いまや多くの企業の採用・就職試験では、「WEBテスト」形式の適性検査が実施されることが一般的となっている。ここ数年のコロナ禍の影響などもあり、従来の筆記試験に代わり、応募者が自宅や試験会場のパソコンから「インターネット(WEB)」を介して受験する形態は広まった印象だ。

そんなWEBテストをめぐり、“代行受験”をしていた男性が、昨年11月、私電磁的記録不正作出・同供用の疑いで逮捕された。副業としてWEBテストの代行受験を「1件数千円」の報酬で請け負っていたとされる男性は、12月までに同容疑で2度再逮捕されている。

男性が依頼者を募っていたTwitter上のプロフィール欄には〈ウェブテ(※編集部注:WEBテストのこと)請負経験約4年、1人で計4000件以上〉と記されており、余罪も多数あるとみられる。

その一方で、WEBテスト代行の依頼経験者で現在“戦々恐々”とする人も少なくないだろう。男性に代行を依頼していた大学生らのうち、すでに計3人が書類送検されている通り、「依頼側」も罪に問われるからだ。

SNS上には、男性の摘発後も「WEBテスト代行」をうたうアカウントが多く存在している。なかにはWEBテスト代行を利用して、晴れて希望の企業に入社できた人もいるかもしれない。そんな人たちには今後、どのような未来が待っているのだろうか。

クビになっても文句は言えない?

近畿大学のキャリアセンターで講師経験がある原修三弁護士によれば、代行受験を利用し入社したことが企業に発覚した場合、「懲戒処分」は避けられず、一番重い処分である「懲戒解雇」が適用されても文句は言えないと話す。

「企業では懲戒処分の規定を就業規則に定めていますが、“経歴を偽って採用されたとき”や“犯罪行為に加担していたとき”などは多くの企業で『懲戒事由』になります。

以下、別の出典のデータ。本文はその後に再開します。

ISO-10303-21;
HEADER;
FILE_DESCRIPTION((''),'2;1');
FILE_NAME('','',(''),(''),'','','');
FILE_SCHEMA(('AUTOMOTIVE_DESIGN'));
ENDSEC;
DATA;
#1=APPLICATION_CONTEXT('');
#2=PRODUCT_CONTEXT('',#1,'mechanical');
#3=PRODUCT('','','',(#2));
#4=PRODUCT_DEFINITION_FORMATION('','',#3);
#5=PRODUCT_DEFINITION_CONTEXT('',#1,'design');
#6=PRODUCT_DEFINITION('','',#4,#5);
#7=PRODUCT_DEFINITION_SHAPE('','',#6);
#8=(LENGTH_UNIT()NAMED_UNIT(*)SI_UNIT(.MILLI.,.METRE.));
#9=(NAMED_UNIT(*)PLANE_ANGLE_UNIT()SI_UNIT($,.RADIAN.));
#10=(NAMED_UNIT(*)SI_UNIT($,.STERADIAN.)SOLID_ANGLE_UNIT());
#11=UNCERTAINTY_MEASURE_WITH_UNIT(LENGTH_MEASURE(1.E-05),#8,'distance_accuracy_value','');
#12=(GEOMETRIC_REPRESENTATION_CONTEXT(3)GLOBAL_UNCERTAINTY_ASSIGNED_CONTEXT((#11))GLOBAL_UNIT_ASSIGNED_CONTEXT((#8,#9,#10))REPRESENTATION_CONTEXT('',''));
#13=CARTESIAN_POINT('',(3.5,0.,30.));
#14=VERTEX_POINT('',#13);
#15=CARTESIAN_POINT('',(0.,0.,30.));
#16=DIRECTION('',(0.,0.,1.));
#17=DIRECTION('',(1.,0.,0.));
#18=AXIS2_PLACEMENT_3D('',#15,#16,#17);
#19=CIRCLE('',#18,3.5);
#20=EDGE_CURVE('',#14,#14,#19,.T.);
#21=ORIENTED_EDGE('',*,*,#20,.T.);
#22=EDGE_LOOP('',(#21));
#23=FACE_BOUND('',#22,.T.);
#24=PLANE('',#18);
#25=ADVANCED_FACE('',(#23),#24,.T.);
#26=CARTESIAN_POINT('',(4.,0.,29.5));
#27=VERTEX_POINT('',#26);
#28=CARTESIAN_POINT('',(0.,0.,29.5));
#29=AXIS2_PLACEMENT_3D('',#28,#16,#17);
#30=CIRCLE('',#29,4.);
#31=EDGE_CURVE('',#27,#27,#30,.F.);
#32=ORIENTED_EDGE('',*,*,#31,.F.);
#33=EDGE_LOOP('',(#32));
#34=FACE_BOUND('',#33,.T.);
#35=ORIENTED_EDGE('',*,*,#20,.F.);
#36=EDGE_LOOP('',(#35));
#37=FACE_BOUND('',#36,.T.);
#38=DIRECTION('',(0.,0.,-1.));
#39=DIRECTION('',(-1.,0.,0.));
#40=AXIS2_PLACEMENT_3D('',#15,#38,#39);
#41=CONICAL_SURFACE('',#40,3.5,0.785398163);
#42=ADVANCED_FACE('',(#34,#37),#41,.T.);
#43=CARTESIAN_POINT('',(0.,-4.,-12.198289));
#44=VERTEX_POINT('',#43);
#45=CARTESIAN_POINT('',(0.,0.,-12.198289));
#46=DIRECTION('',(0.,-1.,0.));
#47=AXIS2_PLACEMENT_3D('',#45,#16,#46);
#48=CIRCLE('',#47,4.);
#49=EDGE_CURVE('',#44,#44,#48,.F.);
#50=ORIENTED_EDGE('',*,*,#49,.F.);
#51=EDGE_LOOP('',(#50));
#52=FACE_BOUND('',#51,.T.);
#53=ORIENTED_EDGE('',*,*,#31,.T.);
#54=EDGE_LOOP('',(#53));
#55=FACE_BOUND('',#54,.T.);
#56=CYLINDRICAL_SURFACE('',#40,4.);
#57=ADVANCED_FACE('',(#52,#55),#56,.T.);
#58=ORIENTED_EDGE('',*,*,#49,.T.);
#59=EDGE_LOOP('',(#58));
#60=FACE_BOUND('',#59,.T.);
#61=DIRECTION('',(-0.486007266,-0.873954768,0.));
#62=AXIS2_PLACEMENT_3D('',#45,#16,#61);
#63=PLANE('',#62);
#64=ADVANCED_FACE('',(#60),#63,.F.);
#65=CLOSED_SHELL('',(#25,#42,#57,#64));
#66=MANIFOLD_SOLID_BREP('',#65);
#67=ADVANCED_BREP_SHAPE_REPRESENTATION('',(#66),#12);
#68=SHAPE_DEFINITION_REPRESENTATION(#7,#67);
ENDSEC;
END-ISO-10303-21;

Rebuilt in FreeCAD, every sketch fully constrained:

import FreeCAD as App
import Part
import Sketcher

V = App.Vector


def edges_at(feature, points):
    """Names of the edges that pass closest to the given points."""
    edges = feature.Shape.Edges
    near = lambda p: min(range(len(edges)), key=lambda i: edges[i].distToShape(Part.Vertex(*p))[0])
    return sorted({f"Edge{near(p) + 1}" for p in points})

doc = App.newDocument("Part")
params = doc.addObject("Spreadsheet::Sheet", "Params")
for row, (alias, value) in enumerate([
    ("sketch1_diameter", "8 mm"),
    ("pad1_length", "30 mm"),
    ("pad1_length2", "12.198289 mm"),
    ("chamfer_size", "0.5 mm"),
], start=1):
    params.set(f"A{row}", alias)
    params.set(f"B{row}", "=" + value)
    params.setAlias(f"B{row}", alias)

body = doc.addObject("PartDesign::Body", "Body")

# Sketch on XY plane
sketch1 = doc.addObject("Sketcher::SketchObject", "Sketch")
body.addObject(sketch1)
sketch1.AttachmentSupport = (doc.XY_Plane, [""])
sketch1.MapMode = "FlatFace"
sketch1.addGeometry(Part.Circle(V(0, 0, 0), V(0, 0, 1), 4), False)
sketch1.addConstraint([
    Sketcher.Constraint("Coincident", 0, 3, -1, 1),
    Sketcher.Constraint("Diameter", 0, 8.0),
])
sketch1.setExpression("Constraints[1]", "Params.sketch1_diameter")
pad1 = doc.addObject("PartDesign::Pad", "Pad")
body.addObject(pad1)
pad1.Profile = sketch1
pad1.Type = "TwoLengths"
pad1.setExpression("Length", "Params.pad1_length")
pad1.setExpression("Length2", "Params.pad1_length2")
doc.recompute()

chamfer = doc.addObject("PartDesign::Chamfer", "Chamfer")
body.addObject(chamfer)
chamfer.Base = (pad1, edges_at(pad1, [(-4, 0, 30)]))
chamfer.setExpression("Size", "Params.chamfer_size")

doc.recompute()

今回摘発されたようなケースであれば、それらに該当することになると思います」(原弁護士)

「バレればクビ」というスリリングな状況では業務にも支障が出てしまいそうだが、発覚前に対処できることはないのだろうか。

代行利用者が“バレる前に”できること

原弁護士が「ベストな行動」として勧めるのは、「自ら代行受験による採用だったことを申告して、“自主退職”扱いにしてもらう」ことだという。

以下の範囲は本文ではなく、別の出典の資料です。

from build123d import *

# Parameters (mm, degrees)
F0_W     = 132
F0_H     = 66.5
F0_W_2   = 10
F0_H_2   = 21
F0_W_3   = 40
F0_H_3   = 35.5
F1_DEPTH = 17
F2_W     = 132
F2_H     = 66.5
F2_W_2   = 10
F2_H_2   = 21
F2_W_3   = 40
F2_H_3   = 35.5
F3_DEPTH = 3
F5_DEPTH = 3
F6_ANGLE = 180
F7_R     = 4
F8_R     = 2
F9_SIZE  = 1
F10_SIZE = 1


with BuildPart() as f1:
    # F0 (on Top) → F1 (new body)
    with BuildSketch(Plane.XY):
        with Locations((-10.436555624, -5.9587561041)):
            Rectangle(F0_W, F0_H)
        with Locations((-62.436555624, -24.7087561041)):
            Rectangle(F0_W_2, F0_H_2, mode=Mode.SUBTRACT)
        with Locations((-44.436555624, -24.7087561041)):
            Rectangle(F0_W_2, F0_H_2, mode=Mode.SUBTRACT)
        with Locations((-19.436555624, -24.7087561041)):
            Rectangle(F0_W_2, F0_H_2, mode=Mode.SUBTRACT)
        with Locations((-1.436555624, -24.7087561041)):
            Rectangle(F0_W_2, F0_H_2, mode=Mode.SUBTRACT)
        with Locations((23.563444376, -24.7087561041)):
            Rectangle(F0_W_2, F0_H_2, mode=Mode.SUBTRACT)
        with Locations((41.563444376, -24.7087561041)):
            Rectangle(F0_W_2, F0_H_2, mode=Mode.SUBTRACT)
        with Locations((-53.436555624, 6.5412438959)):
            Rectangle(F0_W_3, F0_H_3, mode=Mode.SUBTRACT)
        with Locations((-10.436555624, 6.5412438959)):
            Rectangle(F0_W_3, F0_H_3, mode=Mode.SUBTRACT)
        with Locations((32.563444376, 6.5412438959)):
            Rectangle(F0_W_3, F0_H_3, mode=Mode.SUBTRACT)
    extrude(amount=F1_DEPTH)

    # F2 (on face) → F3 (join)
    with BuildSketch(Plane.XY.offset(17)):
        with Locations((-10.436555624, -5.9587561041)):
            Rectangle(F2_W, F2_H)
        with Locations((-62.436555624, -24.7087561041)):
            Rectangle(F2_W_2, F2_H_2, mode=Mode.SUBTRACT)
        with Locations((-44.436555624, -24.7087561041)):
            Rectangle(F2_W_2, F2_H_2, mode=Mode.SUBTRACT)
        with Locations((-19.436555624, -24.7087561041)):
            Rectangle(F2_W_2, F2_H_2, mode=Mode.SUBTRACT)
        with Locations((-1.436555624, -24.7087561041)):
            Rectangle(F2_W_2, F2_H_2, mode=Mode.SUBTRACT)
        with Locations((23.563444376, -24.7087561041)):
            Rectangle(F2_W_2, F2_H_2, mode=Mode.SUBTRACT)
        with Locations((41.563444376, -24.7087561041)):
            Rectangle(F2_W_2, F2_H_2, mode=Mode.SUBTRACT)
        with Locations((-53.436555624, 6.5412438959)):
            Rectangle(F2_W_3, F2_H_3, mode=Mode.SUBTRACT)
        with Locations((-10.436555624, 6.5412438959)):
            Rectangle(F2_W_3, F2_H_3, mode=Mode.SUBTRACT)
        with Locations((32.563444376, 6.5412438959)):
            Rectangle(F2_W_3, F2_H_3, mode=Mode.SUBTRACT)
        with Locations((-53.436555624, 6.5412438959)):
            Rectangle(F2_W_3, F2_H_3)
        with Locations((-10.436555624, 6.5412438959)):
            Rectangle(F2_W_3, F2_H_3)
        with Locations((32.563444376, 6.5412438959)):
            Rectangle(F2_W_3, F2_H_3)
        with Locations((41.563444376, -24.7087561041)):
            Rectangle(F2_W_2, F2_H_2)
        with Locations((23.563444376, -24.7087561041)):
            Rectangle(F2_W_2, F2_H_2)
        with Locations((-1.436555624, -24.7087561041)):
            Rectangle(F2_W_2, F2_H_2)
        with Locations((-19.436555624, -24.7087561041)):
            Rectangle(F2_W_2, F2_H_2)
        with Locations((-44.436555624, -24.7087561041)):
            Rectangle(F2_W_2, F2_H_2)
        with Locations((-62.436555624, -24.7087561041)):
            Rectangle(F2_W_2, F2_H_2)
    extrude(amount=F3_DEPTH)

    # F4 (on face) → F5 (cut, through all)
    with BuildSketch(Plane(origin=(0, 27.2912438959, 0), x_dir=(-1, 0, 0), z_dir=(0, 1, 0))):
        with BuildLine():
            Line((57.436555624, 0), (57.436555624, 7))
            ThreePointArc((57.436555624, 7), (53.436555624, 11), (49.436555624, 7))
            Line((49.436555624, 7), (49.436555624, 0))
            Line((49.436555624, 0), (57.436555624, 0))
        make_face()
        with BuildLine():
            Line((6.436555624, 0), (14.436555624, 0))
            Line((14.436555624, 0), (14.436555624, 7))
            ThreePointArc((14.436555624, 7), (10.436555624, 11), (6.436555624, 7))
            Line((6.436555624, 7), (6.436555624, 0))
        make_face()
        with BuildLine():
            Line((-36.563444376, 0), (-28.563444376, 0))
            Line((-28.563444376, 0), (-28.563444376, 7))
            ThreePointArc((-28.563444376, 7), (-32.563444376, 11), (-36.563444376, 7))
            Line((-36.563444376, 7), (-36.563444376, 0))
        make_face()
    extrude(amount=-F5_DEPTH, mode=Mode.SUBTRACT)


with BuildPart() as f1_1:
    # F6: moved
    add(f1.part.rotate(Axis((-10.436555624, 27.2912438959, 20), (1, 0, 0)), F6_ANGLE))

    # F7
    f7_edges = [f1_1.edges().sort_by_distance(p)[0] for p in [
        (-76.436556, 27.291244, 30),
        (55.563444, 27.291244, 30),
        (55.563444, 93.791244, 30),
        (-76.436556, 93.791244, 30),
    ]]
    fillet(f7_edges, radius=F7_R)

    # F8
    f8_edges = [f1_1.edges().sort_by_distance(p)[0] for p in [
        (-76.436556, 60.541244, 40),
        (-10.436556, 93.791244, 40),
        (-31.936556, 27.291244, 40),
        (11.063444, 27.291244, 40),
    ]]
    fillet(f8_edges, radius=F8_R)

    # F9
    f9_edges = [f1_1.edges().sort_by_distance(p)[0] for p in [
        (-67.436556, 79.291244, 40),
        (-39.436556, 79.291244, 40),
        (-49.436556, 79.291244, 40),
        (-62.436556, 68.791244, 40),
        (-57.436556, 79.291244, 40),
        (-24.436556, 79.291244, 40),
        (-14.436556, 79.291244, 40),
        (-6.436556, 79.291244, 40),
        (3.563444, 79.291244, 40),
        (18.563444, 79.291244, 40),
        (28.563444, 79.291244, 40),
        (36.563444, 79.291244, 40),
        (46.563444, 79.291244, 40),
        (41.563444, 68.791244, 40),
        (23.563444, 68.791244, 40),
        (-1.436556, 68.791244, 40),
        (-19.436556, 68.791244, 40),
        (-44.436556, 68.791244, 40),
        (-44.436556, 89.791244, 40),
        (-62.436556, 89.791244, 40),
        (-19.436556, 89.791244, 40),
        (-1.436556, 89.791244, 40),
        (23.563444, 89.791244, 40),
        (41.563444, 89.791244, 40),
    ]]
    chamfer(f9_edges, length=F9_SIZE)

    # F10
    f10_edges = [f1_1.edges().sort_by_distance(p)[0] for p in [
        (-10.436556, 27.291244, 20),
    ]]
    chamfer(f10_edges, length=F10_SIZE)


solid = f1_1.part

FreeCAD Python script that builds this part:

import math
import FreeCAD as App
import Part
import Sketcher
from FreeCAD import Vector


def edges_at(feature, points):
    """Names of the edges that pass closest to the given points."""
    edges = feature.Shape.Edges
    near = lambda p: min(range(len(edges)), key=lambda i: edges[i].distToShape(Part.Vertex(*p))[0])
    return sorted({f"Edge{near(p) + 1}" for p in points})


def add_polygon(sketch, points):
    """Adds a closed chain of lines whose ends are joined by coincident constraints."""
    first, n = sketch.GeometryCount, len(points)
    for a, b in zip(points, points[1:] + points[:1]):
        sketch.addGeometry(Part.LineSegment(App.Vector(*a, 0), App.Vector(*b, 0)), False)
    for i in range(n):
        sketch.addConstraint(Sketcher.Constraint("Coincident", first + i, 2, first + (i + 1) % n, 1))

doc = App.newDocument("Part")
params = doc.addObject("Spreadsheet::Sheet", "Params")
for row, (alias, value) in enumerate([
    ("sketch1_width", "132 mm"),
    ("sketch1_width2", "10 mm"),
    ("sketch1_width3", "40 mm"),
    ("sketch1_height", "21 mm"),
    ("sketch1_height2", "66.5 mm"),
    ("pad1_length", "17 mm"),
    ("sketch2_width", "132 mm"),
    ("sketch2_height", "66.5 mm"),
    ("pad2_length", "3 mm"),
    ("sketch3_radius", "4 mm"),
    ("sketch3_height", "7 mm"),
    ("pocket1_length", "3 mm"),
    ("fillet_radius", "4 mm"),
    ("fillet2_radius", "2 mm"),
    ("chamfer_size", "1 mm"),
    ("chamfer2_size", "1 mm"),
], start=1):
    params.set(f"A{row}", alias)
    params.set(f"B{row}", "=" + value)
    params.setAlias(f"B{row}", alias)

body = doc.addObject("PartDesign::Body", "Body")

# Sketch on XY plane
sketch1 = body.newObject("Sketcher::SketchObject", "Sketch")
sketch1.AttachmentSupport = (doc.getObject("XY_Plane"), [""])
sketch1.MapMode = "FlatFace"
add_polygon(sketch1, [(-76, 27), (-76, -39), (56, -39), (56, 27)])  # lines 0-3
add_polygon(sketch1, [(-57, -35), (-67, -35), (-67, -14), (-57, -14)])  # lines 4-7
add_polygon(sketch1, [(-39, -35), (-49, -35), (-49, -14), (-39, -14)])  # lines 8-11
add_polygon(sketch1, [(-14, -35), (-24, -35), (-24, -14), (-14, -14)])  # lines 12-15
add_polygon(sketch1, [(4, -35), (-6, -35), (-6, -14), (4, -14)])  # lines 16-19
add_polygon(sketch1, [(29, -35), (19, -35), (19, -14), (29, -14)])  # lines 20-23
add_polygon(sketch1, [(47, -35), (37, -35), (37, -14), (47, -14)])  # lines 24-27
add_polygon(sketch1, [(-33, -11), (-73, -11), (-73, 24), (-33, 24)])  # lines 28-31
add_polygon(sketch1, [(10, -11), (-30, -11), (-30, 24), (10, 24)])  # lines 32-35
add_polygon(sketch1, [(53, -11), (13, -11), (13, 24), (53, 24)])  # lines 36-39
sketch1.addConstraint(Sketcher.Constraint("Vertical", 0))
sketch1.addConstraint(Sketcher.Constraint("Horizontal", 1))
sketch1.addConstraint(Sketcher.Constraint("Vertical", 2))
sketch1.addConstraint(Sketcher.Constraint("Horizontal", 3))
sketch1.addConstraint(Sketcher.Constraint("Horizontal", 4))
sketch1.addConstraint(Sketcher.Constraint("Vertical", 5))
sketch1.addConstraint(Sketcher.Constraint("Horizontal", 6))
sketch1.addConstraint(Sketcher.Constraint("Vertical", 7))
sketch1.addConstraint(Sketcher.Constraint("Horizontal", 8))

「『このまま黙っておけばなんとかなるんじゃないか』と思うかもしれませんが、指摘されて“懲戒解雇”になってしまうと、その後の就職活動にも差し支えが出ます。『諭旨解雇』という、いわゆる『自主退職』ができる形で話し合いをするのが一番いいと思います。

今は大丈夫でも、今後どこかでウワサが流れたり、何かの拍子でバレてしまったりということも考えられます。入社して日が浅ければ、やり直しもききやすいと思います」(原弁護士)

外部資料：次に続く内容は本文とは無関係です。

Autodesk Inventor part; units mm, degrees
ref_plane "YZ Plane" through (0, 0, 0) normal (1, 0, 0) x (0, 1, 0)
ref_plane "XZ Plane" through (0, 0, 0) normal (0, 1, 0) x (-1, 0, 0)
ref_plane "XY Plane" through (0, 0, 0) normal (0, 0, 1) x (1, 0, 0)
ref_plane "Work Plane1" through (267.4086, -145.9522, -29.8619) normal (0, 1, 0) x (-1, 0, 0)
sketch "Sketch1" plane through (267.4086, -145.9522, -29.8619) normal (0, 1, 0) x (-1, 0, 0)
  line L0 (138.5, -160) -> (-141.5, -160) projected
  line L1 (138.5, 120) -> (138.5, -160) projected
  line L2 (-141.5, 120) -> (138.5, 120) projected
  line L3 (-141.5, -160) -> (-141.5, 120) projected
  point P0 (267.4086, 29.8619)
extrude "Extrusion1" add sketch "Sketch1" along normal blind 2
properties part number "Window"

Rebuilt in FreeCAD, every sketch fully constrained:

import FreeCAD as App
import Part
import Sketcher
from FreeCAD import Vector
Q = App.Units.Quantity


def add_polygon(sketch, points):
    """Adds a closed chain of lines whose ends are joined by coincident constraints."""
    first, n = sketch.GeometryCount, len(points)
    for a, b in zip(points, points[1:] + points[:1]):
        sketch.addGeometry(Part.LineSegment(App.Vector(*a, 0), App.Vector(*b, 0)), False)
    for i in range(n):
        sketch.addConstraint(Sketcher.Constraint("Coincident", first + i, 2, first + (i + 1) % n, 1))

doc = App.newDocument("Part")
body = doc.addObject("PartDesign::Body", "Body")

# Sketch on XZ plane
sketch1 = body.newObject("Sketcher::SketchObject", "Sketch")
sketch1.AttachmentSupport = (doc.getObject("XZ_Plane"), [""])
sketch1.MapMode = "FlatFace"
sketch1.AttachmentOffset = App.Placement(Vector(0, 0, 145.9522), App.Rotation())
add_polygon(sketch1, [(409, -190), (129, -190), (129, 90), (409, 90)])  # lines 0-3
sketch1.addConstraint([
    Sketcher.Constraint("Horizontal", 0),
    Sketcher.Constraint("Vertical", 1),
    Sketcher.Constraint("Horizontal", 2),
    Sketcher.Constraint("Vertical", 3),
    Sketcher.Constraint("Equal", 2, 1),
    Sketcher.Constraint("DistanceX", 0, 2, 0, 1, Q("280 mm")),
    Sketcher.Constraint("DistanceY", 0, 2, -1, 1, Q("189.862 mm")),
    Sketcher.Constraint("DistanceX", -1, 1, 0, 2, Q("128.9086 mm")),
])
pad1 = body.newObject("PartDesign::Pad", "Pad")
pad1.Profile = sketch1
pad1.Length = 2
pad1.Reversed = True

doc.recompute()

その上で、もしも言えるタイミングを逃し、バレてしまった場合には弁護士への相談も選択肢のひとつと続ける。

「自分から申告できないまま発覚してしまった後でも、なんとか諭旨解雇にしてもらえるよう会社側と話を進めていくお手伝いはできると思います。ただし、弁護士も事情を聞かないと会社に説明できませんので、その時に備えて『なぜ代行受験を頼んだのか』という動機や経緯など事実関係をきっちりまとめておく必要はあります」(原弁護士)

大学の内部試験と同じ感覚?

原弁護士は、キャリアセンターで学生たちと向き合ってきた経験から、代行受験の根本には「感覚のマヒ」があるのではないかとみている。

「大学の内部試験で『自分より学業ができる生徒や、より偏差値の高い他校の生徒』に代行を頼むことがあると聞きます。就職採用試験の代行についても、頼む方、頼まれる方とも、その延長線上でやっているように感じます。

たとえ大学の内部試験であっても、最悪の場合は罪に問われる可能性はあります。代行受験をやろうとしている人がいたら、仲間内で『やめておいたほうがいいよ』と言えるような輪が広まったらいいなと思ってます」(原弁護士)

代行の“代償”は、想像よりもずっと大きいようだ。